#### SOURCE DATA:
- - - -

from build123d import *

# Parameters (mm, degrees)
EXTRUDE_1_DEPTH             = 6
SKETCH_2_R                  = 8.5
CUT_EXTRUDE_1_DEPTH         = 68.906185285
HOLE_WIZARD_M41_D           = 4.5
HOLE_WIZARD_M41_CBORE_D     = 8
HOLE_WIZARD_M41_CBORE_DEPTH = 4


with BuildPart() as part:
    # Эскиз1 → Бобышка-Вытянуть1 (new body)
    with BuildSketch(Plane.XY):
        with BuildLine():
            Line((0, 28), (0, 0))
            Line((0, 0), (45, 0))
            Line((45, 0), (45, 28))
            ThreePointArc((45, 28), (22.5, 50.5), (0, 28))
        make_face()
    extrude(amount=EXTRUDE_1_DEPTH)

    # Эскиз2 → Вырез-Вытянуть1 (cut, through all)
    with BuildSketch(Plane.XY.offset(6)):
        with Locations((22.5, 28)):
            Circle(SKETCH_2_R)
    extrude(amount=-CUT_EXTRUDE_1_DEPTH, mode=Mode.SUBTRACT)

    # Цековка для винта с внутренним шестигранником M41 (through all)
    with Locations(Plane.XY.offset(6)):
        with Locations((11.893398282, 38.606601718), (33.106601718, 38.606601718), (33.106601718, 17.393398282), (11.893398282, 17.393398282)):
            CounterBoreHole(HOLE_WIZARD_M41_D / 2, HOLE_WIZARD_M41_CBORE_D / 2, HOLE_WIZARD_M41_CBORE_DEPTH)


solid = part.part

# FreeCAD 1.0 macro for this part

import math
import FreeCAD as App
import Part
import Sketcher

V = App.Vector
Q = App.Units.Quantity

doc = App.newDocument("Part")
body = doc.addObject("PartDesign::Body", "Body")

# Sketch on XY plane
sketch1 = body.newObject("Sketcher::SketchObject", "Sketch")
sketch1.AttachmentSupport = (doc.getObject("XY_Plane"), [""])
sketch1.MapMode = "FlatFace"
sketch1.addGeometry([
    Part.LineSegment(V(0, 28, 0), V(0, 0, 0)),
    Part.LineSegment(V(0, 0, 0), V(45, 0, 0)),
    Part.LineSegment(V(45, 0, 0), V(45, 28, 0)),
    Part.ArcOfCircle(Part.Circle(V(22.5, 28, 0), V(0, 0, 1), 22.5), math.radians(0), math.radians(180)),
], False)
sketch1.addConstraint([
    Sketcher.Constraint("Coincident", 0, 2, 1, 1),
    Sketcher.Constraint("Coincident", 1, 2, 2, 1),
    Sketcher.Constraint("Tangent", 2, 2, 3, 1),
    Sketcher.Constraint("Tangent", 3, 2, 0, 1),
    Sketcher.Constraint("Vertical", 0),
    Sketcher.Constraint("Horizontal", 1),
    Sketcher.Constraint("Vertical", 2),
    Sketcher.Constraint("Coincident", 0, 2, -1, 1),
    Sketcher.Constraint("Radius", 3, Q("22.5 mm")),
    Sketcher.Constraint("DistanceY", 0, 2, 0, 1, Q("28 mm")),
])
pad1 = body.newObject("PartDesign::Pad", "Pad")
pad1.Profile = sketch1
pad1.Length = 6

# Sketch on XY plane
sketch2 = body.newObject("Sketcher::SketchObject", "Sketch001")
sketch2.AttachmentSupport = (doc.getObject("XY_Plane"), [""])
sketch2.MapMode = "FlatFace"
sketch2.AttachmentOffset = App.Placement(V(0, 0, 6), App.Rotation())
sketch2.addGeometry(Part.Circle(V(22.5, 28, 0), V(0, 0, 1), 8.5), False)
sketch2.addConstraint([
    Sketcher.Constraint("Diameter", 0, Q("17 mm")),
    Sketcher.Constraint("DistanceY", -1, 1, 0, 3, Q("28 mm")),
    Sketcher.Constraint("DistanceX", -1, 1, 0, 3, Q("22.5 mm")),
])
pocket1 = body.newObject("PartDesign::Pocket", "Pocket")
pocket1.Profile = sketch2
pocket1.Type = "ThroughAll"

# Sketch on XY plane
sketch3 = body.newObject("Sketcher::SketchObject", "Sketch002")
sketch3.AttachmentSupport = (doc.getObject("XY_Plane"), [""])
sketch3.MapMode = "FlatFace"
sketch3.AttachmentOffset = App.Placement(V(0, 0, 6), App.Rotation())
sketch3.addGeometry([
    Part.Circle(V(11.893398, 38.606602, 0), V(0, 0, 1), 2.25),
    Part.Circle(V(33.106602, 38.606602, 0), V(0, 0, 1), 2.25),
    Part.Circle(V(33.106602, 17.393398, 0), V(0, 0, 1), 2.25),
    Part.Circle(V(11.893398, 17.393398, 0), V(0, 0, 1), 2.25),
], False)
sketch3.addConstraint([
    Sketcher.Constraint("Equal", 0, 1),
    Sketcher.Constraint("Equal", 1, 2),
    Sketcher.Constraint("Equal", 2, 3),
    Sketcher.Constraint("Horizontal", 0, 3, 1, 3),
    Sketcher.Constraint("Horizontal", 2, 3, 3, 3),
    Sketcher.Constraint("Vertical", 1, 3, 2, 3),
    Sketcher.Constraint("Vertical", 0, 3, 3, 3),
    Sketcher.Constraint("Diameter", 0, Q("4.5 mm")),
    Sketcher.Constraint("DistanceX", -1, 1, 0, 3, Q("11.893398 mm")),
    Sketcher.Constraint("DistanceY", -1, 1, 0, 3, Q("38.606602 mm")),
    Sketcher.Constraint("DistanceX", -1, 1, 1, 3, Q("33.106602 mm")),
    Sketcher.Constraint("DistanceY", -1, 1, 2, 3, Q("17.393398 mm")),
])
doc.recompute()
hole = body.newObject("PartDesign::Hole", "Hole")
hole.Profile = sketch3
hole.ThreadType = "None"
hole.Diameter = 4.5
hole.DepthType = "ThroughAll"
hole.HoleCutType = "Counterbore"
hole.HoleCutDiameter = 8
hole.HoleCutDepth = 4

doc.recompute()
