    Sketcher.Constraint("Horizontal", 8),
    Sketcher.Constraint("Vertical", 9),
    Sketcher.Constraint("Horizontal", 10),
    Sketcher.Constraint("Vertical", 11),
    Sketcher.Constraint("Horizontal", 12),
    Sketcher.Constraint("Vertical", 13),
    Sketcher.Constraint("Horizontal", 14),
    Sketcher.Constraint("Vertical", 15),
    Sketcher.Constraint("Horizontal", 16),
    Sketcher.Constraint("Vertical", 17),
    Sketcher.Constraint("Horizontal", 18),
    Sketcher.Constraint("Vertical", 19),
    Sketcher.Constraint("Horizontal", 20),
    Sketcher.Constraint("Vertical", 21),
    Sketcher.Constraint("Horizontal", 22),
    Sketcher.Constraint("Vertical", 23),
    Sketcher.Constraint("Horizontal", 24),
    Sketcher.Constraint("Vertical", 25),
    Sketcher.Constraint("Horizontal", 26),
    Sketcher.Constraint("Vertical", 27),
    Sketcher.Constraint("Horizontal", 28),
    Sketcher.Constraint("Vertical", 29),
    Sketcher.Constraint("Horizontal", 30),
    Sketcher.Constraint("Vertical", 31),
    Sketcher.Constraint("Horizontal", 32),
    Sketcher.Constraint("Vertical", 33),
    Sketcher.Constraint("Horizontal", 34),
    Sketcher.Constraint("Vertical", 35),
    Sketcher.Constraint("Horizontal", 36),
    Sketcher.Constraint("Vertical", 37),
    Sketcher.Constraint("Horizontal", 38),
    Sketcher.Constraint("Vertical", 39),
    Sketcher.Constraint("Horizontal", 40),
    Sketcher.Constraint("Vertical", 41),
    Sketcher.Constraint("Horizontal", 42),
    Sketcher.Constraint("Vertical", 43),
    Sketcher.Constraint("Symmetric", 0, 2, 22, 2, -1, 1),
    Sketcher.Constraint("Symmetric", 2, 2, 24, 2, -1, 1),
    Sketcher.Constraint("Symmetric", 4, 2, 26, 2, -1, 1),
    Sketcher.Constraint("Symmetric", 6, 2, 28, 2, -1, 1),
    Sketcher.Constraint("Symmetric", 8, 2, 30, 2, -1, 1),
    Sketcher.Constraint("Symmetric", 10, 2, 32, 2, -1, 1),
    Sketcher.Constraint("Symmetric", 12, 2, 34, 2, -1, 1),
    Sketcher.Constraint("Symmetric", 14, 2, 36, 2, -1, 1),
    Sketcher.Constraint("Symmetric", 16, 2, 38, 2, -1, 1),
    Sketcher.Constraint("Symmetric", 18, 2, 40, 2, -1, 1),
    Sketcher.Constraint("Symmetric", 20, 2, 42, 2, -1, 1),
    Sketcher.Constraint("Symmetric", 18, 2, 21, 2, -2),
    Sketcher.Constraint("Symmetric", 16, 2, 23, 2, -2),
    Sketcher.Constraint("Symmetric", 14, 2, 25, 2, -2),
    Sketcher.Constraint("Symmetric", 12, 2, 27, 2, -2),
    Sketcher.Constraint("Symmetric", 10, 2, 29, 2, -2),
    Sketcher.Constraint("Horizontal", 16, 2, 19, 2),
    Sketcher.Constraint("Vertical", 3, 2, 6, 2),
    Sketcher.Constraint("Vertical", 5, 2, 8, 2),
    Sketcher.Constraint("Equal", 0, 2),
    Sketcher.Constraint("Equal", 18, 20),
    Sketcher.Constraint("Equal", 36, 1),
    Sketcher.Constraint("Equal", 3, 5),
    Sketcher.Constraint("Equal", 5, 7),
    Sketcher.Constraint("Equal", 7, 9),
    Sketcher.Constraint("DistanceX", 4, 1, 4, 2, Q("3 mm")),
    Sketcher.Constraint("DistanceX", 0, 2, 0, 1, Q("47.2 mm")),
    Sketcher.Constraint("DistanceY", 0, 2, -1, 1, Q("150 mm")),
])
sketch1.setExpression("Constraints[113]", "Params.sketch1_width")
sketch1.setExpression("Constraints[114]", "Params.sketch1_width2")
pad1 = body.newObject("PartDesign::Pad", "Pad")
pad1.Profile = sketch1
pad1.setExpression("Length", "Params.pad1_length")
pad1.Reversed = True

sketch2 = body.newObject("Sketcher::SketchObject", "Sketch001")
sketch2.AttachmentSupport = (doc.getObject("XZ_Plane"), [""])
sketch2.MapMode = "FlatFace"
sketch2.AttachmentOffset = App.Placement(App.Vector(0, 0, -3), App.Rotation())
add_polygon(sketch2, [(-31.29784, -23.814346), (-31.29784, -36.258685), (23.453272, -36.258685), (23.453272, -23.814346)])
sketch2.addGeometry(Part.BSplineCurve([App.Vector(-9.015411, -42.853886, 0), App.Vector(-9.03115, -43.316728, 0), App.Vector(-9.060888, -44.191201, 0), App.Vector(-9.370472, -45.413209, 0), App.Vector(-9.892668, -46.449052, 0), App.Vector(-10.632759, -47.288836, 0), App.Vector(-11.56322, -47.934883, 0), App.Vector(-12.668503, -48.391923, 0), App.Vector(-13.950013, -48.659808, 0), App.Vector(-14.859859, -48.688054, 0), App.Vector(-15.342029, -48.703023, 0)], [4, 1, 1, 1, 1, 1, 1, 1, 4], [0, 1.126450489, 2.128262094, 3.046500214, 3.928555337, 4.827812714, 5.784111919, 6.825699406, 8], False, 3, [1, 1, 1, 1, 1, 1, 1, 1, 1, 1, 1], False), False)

- - - -

#### WHAT THE TASK REQUIRES:
Return the lines of the listing where the string "BuildSketch" appears.

#### EXERCISE ANSWER:
    with BuildSketch(Plane.XY):
    with BuildSketch(Plane.XY.offset(6)):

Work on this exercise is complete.